Data Engineering Intern
Location: ARTPARK -IISC Bangalore
Type: Full-time
Overview
ARTPARK’s One-Health team tackles interconnected challenges in human, animal, and environmental health through collaborative and interdisciplinary efforts.
Working with city, state, and national governments, we support data-driven public health responses to endemic, epidemic, and climate-related threats through innovative solutions leveraging statistical and AI/ML-based approaches.
In this role, you will build data and ML pipelines and APIs, work to scope, obtain, clean, and standardise data for various use cases across projects, and put the data out for the community to use. Requires commuting to the office 5 days a week. The minimum duration of the internship is 6 months
Responsibilities
Integrate and structure data from diverse sources into a coherent, harmonised format ready for use by advanced computational models.
Develop and automate a robust, scalable data and ETL pipeline using cutting-edge technologies to ensure smooth data flow, reliability, and real-time processing.

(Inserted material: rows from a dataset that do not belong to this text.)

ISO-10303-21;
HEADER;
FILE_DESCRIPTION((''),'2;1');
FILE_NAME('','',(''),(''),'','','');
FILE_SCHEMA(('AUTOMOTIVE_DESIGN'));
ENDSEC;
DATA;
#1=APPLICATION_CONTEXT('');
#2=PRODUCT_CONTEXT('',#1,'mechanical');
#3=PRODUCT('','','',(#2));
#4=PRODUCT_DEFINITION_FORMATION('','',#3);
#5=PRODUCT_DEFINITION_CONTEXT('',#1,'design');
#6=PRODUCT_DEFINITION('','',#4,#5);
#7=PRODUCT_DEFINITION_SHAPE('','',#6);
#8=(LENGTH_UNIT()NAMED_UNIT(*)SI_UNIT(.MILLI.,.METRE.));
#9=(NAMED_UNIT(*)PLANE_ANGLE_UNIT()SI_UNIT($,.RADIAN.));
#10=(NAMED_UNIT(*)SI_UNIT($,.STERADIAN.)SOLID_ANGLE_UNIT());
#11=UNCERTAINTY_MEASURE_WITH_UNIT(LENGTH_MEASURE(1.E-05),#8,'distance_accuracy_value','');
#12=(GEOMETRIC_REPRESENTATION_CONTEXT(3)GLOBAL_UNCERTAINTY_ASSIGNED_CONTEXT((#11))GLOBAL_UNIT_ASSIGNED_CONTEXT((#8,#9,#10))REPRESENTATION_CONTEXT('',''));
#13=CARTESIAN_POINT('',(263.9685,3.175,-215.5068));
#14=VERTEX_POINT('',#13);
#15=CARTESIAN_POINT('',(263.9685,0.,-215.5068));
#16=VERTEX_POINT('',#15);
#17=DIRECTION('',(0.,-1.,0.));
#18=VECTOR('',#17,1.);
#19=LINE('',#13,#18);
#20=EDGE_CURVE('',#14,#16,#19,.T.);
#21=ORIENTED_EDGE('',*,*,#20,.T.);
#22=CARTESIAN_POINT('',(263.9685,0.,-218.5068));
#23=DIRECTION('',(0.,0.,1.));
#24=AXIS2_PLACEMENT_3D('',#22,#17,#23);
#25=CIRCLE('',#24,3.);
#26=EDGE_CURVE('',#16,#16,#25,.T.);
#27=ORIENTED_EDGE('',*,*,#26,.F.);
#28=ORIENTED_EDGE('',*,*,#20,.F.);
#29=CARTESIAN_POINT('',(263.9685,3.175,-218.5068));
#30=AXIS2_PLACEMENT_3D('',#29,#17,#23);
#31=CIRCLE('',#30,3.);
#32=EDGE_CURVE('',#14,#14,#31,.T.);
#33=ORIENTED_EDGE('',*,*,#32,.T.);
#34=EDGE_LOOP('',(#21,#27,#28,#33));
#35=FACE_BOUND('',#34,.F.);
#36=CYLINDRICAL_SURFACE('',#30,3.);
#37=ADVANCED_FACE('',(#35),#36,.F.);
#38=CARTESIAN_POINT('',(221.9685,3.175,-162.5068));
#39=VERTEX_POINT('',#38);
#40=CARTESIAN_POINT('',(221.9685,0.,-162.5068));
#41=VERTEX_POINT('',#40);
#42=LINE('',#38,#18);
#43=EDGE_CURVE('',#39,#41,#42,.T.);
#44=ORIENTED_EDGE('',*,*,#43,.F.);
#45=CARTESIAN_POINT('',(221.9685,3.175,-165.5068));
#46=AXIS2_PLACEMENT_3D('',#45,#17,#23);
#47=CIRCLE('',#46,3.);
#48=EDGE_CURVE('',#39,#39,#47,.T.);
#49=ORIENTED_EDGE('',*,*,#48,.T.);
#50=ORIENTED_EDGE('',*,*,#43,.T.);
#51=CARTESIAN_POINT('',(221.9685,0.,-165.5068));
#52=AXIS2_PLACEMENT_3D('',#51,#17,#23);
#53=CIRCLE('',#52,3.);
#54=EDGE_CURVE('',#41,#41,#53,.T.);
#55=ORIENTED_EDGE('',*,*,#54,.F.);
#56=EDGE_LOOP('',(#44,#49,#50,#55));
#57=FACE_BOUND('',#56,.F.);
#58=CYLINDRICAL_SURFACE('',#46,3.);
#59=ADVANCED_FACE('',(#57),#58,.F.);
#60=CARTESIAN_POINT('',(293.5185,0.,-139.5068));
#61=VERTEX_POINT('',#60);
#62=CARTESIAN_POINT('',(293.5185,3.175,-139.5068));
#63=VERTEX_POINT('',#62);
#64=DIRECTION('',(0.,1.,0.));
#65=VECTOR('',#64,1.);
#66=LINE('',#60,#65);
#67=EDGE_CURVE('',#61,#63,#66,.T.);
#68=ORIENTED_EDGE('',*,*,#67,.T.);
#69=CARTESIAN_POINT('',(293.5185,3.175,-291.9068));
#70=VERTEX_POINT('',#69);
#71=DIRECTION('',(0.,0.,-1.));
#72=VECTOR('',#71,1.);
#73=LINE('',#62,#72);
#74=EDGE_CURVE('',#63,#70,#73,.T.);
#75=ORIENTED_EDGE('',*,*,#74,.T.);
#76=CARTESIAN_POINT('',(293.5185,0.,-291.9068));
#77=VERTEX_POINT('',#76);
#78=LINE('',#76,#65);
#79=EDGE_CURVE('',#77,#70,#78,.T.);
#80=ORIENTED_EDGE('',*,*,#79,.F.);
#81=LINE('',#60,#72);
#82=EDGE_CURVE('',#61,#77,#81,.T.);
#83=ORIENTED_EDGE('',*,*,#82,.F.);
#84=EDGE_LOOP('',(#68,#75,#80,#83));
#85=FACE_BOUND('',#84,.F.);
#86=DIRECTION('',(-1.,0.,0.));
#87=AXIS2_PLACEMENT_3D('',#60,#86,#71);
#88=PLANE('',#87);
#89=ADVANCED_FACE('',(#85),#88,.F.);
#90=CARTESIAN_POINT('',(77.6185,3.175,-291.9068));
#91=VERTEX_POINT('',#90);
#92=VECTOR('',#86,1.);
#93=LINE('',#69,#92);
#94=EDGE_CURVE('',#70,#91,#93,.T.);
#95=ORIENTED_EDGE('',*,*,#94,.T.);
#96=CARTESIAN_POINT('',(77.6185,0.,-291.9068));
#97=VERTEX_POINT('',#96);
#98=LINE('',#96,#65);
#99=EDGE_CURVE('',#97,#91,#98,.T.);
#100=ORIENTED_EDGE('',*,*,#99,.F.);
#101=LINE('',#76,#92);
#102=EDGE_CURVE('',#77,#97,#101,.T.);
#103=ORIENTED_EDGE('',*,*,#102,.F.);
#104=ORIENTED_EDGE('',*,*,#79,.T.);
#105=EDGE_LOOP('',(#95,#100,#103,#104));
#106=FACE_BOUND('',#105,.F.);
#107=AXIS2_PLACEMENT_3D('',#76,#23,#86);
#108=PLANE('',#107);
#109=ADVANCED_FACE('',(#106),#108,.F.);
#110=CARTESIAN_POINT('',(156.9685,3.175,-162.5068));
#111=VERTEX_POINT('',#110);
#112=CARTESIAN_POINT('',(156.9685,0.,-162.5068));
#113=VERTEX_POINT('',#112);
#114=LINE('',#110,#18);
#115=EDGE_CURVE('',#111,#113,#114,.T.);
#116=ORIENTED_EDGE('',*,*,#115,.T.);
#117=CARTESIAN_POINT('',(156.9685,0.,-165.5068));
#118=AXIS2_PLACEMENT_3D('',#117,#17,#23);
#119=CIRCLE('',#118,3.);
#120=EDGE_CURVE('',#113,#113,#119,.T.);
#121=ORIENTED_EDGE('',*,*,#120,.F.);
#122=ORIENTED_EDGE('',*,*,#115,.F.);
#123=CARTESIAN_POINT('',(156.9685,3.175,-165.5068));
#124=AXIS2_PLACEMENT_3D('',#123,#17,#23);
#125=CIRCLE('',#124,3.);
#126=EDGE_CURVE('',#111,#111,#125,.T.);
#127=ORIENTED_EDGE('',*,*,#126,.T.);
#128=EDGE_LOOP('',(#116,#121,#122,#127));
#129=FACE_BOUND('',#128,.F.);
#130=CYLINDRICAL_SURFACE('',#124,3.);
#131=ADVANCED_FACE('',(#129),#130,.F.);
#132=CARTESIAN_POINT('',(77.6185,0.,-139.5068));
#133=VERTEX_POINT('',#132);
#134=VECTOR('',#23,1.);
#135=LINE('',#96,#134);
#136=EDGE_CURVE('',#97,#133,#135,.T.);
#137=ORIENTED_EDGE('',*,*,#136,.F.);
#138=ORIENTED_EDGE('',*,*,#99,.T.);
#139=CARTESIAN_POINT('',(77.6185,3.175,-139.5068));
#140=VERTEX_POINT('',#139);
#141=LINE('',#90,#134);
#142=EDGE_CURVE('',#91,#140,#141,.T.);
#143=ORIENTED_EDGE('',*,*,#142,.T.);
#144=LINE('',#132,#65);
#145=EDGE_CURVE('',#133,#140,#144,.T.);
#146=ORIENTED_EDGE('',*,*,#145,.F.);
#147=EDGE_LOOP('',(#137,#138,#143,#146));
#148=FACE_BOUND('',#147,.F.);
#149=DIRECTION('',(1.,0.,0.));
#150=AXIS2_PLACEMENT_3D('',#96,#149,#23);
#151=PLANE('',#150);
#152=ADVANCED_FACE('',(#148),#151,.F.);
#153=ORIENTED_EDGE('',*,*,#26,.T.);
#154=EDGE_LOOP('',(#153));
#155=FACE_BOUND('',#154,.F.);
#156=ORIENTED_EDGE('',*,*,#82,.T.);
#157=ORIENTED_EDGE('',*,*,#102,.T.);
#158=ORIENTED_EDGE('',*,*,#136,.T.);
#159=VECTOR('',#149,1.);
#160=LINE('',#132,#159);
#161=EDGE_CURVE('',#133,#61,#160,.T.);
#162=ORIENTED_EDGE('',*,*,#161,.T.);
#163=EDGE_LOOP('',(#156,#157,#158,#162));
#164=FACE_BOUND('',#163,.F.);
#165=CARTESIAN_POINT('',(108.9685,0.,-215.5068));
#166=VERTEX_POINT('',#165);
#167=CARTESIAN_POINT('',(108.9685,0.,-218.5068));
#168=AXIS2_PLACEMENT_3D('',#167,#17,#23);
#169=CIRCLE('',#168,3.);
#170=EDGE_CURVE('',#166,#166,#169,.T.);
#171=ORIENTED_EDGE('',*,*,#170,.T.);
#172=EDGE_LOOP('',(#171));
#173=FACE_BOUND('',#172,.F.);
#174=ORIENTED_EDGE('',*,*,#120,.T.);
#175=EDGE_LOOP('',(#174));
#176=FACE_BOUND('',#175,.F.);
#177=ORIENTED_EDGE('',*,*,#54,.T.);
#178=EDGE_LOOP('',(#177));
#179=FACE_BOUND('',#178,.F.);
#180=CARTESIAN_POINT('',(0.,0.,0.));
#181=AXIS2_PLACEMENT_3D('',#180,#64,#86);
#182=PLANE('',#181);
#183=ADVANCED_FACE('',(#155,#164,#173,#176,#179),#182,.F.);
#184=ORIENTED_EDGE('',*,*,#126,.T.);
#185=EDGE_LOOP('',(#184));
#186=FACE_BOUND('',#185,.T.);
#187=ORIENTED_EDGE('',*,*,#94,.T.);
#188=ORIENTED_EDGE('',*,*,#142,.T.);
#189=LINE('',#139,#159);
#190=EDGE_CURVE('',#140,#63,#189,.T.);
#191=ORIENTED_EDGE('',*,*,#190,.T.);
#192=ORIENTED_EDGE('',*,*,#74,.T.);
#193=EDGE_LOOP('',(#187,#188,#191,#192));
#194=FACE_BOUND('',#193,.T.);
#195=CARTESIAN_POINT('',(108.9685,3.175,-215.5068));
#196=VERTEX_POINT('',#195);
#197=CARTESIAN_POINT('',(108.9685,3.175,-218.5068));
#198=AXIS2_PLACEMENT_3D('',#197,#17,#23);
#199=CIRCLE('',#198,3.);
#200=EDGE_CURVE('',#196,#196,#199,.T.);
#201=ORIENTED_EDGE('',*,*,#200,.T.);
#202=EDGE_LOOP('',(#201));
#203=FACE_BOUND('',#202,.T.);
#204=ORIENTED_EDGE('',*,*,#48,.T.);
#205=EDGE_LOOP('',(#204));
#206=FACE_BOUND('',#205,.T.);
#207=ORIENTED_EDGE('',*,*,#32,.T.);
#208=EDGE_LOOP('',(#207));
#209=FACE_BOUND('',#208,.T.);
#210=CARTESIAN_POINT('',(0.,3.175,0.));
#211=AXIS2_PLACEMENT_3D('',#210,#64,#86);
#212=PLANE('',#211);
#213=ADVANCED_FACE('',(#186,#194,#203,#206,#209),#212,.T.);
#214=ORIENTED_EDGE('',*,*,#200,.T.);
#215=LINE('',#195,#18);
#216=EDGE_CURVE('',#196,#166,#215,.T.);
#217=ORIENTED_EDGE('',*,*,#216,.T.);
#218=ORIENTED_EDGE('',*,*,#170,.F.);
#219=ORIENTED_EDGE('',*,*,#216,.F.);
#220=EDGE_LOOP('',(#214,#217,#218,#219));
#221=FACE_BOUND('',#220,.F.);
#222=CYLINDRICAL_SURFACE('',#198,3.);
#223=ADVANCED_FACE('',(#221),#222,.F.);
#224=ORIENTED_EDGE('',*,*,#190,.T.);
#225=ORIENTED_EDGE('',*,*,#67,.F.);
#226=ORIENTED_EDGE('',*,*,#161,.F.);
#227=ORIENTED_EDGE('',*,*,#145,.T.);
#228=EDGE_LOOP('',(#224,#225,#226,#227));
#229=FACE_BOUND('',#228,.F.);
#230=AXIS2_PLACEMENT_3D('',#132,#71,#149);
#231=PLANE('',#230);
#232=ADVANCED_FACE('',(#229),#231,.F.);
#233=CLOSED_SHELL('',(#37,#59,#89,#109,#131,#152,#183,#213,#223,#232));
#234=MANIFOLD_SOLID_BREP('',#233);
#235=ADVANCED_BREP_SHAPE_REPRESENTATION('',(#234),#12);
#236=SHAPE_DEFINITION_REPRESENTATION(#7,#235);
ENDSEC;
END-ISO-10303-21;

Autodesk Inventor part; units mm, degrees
ref_plane "YZ Plane" through (0, 0, 0) normal (1, 0, 0) x (0, 1, 0)
ref_plane "XZ Plane" through (0, 0, 0) normal (0, 1, 0) x (-1, 0, 0)
ref_plane "XY Plane" through (0, 0, 0) normal (0, 0, 1) x (1, 0, 0)
sketch "Sketch1" plane through (0, 0, 0) normal (0, 1, 0) x (-1, 0, 0)
  line L0 (-77.6185, -139.5068) -> (-293.5185, -139.5068)
  line L1 (-293.5185, -139.5068) -> (-293.5185, -291.9068)
  line L2 (-293.5185, -291.9068) -> (-77.6185, -291.9068)
  line L3 (-77.6185, -291.9068) -> (-77.6185, -139.5068)
  point P0 (0, 0)
  dimension "d0" = 215.9
  dimension "d1" = 152.4
extrude "Extrusion1" add sketch "Sketch1" along normal blind 3.175
sketch "Sketch2" plane through (0, 3.175, 0) normal (0, 1, 0) x (1, 0, 0)
  line L0 (77.6185, 291.9068) -> (77.6185, 139.5068) projected
  line L1 (77.6185, 139.5068) -> (293.5185, 139.5068) projected
  line L2 (293.5185, 139.5068) -> (293.5185, 291.9068) projected
  line L3 (293.5185, 291.9068) -> (77.6185, 291.9068) projected
  point P0 (0, 0)
  point P1 (156.9685, 165.5068)
  point P2 (108.9685, 218.5068)
  point P3 (263.9685, 218.5068)
  point P4 (221.9685, 165.5068)
  dimension "d4" = 144.35
  dimension "d5" = 26
  dimension "d7" = 79
  dimension "d19" = 31.35
  dimension "d20" = 79
  dimension "d21" = 26
  dimension "d22" = 79.35
  dimension "d23" = 186.35
hole "Hole1" at (156.9685, 3.175, -165.5068) at (108.9685, 3.175, -218.5068) at (263.9685, 3.175, -218.5068) at (221.9685, 3.175, -165.5068) direction (0, -1, 0) diameter 6 end through all
sketch "Sketch5" plane through (0, 3.175, 0) normal (0, 1, 0) x (1, 0, 0)
  line L0 (27.3395, 158.0068) -> (376.3264, 158.0068) construction
  line L1 (-38.6381, 238.7068) -> (415.1027, 238.7068) construction
  circle A0 centre (156.9685, 165.5068) radius 3 projected
  circle A1 centre (108.9685, 218.5068) radius 3 projected
  point P0 (0, 0)
  dimension "d45" = 7.5
  dimension "d46" = 20.2
properties part number "track side panel V1.1"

Work with data analysts and computational epidemiologists to design and deploy simple, accessible, and scalable data access mechanisms and policies while ensuring strict data governance that complies with relevant laws and policies.
Engage in exhaustive data cataloguing and documentation for all data acquired from various sources and maintain a repository of the standards and processes used on the data
You will be responsible for streamlining the data flow so that computational and simulation modellers can easily access and utilise the data in their models without manual intervention.
Manage and handle different types of data, including spatiotemporal complex datasets - such as semi-structured and unstructured data, climate data, image datasets
Apply state-of-the-art data standardisation techniques, leveraging AI and machine learning, including large language models (LLMs), to convert unstructured and semi-structured data into clean, usable formats for production-grade models.
Requirements
Open to students pursuing Bachelor's in computer science, engineering, mathematics or related quantitative scientific discipline.
Demonstrable experience in developing and implementing ETL pipelines and RESTful APIs
Expertise in Data Engineering and Automation: Proven experience designing and implementing robust data pipelines using tools like AWS cloud services and Python. Working on and prior experience maintaining open source stacks is highly desirable
Expertise in Database Management and Data Modelling: Deep knowledge of database management, schema design, and data modelling. Working closely with the computational epidemiology team, you will design databases and structures that align with their requirements, ensuring the data is well-organised and ready for analysis.
Prior experience with AI and Machine Learning Integration is desirable but not required.
ARTPARK @ IISc : Innovation factory for next-gen robotics & AI
ARTPARK is India's leading deep-tech venture builder and incubator focused on robotics, connected autonomous systems, and AI. Leveraging our unique facilities and ecosystems, we strive to provide meaningful support to very early-stage startups building deep-tech products based in research. We are a nonprofit organization created by Indian Institute of Science (IISc, Bengaluru) with support from the Department of Science & Technology (Government of India) and the Government of Karnataka.